# hal + pmount +kde => can't find /dev/sdb1 in... [Solved]

## pivertd

In very short, I cannot mount devices that are not in /etc/fstab. (Should be the role of pmount)

This is now for days that I'm looking at this problem.

I tried many things, and I have this behavior on all my computers.
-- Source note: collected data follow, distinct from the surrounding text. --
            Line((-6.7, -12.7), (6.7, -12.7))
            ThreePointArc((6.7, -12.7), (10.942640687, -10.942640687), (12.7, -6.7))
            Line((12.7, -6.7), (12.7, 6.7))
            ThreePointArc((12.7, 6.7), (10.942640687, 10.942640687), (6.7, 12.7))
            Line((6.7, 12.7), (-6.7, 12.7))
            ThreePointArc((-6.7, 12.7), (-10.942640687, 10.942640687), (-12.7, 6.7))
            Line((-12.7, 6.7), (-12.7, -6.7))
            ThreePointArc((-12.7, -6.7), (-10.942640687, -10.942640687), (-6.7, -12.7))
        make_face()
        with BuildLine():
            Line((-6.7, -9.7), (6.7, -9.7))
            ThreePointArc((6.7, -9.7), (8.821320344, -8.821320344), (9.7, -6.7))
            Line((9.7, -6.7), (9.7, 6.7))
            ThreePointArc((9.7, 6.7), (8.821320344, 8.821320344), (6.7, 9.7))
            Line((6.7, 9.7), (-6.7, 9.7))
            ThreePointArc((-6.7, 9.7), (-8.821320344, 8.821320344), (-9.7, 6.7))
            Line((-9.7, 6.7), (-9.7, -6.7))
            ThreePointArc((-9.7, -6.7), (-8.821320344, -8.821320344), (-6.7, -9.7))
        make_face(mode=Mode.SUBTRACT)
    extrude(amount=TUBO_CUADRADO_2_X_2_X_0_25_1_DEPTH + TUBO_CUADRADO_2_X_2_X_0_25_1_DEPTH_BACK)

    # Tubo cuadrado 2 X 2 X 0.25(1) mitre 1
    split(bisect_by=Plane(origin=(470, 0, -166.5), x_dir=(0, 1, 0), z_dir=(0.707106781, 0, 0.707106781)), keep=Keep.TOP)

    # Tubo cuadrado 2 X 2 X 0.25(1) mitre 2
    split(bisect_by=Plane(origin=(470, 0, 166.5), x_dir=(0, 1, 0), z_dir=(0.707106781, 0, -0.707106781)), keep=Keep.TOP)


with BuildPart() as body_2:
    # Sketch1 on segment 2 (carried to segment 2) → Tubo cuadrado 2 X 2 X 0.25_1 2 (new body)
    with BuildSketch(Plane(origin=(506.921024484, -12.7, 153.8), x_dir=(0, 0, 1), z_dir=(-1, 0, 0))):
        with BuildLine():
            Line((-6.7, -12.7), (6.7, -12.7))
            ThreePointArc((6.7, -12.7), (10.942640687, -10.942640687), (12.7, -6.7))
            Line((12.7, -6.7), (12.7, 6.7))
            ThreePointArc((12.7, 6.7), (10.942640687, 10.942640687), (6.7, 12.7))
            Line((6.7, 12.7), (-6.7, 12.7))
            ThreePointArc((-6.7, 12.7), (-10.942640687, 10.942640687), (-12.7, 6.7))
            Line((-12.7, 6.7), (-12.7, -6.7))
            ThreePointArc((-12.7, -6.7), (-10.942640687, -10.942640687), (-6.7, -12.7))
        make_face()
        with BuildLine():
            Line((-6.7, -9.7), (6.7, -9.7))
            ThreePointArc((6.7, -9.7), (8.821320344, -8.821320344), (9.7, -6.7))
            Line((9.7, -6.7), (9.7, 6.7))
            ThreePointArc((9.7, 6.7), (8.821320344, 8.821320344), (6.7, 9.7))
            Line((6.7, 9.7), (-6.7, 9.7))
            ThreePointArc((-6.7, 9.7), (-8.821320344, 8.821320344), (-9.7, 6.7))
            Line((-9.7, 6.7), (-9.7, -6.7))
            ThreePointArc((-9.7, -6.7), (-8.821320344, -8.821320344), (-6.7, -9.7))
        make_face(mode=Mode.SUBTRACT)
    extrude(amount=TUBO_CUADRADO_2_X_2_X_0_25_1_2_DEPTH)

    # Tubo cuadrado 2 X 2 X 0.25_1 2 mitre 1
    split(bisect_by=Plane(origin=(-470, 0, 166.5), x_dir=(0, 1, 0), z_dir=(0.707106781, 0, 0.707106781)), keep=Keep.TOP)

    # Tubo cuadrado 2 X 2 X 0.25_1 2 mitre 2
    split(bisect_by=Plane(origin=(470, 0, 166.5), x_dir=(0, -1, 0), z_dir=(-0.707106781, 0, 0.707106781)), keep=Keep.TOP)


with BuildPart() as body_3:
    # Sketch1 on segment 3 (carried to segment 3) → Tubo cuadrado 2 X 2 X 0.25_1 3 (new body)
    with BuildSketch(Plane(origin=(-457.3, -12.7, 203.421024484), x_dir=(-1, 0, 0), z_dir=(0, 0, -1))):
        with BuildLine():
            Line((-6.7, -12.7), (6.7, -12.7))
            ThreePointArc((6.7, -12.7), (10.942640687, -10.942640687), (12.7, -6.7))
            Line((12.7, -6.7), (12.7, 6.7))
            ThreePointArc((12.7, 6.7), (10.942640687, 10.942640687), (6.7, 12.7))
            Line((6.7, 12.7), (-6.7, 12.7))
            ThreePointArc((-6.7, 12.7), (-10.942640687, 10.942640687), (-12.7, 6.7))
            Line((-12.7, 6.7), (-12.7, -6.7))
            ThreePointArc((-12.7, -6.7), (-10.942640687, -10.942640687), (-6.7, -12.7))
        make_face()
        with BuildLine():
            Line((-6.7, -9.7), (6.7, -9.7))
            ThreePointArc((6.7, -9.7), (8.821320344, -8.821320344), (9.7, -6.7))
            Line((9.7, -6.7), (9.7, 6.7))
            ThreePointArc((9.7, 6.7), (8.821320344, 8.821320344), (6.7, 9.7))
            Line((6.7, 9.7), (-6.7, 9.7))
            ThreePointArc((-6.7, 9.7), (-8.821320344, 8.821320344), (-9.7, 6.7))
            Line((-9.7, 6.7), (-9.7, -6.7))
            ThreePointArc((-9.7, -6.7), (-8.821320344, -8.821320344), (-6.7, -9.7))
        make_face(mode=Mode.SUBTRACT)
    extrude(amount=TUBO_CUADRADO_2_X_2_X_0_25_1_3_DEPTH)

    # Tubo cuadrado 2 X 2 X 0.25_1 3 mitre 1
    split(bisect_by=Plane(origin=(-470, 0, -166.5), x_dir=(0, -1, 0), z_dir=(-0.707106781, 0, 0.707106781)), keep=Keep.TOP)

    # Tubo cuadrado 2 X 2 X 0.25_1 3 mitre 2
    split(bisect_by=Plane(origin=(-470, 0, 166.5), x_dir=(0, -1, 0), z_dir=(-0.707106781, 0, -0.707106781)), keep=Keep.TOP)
There is many threads on the forums about hal, but nothing clear about this problem.

When I plug an usb drive for example, I well have the kde popup that launches, but when I want to access it, I have :

```

mount: can't find /dev/sdb1 in /etc/fstab or /etc/mtab

```

Here are my packages :

```

pivert ~ # emerge -pv dbus hal pmount kdebase

These are the packages that I would merge, in order:

Calculating dependencies ...done!

[ebuild   R   ] sys-apps/dbus-0.61  +X -debug -doc +gtk -mono +python +qt (-selinux) 0 kB

[ebuild   R   ] sys-apps/hal-0.5.5.1-r3  -acpi -debug -doc -pam_console -pcmcia (-selinux) 1,482 kB

[ebuild   R   ] sys-apps/pmount-0.9.6  +crypt 368 kB

[ebuild   R   ] kde-base/kdebase-3.5.1-r3  +arts +cups -debug +hal -ieee1394 +java -kdeenablefinal +ldap +lm_sensors -logitech-mouse -openexr +opengl +pam +samba +ssl -xcomposite -xinerama -xscreensaver -zeroconf 0 kB

Total size of downloads: 1,850 kB

pivert ~ #   

```

- My hald and dbus are well running.

- I added my user to the groups haldaemon and plugdev. (Is this necessary ?)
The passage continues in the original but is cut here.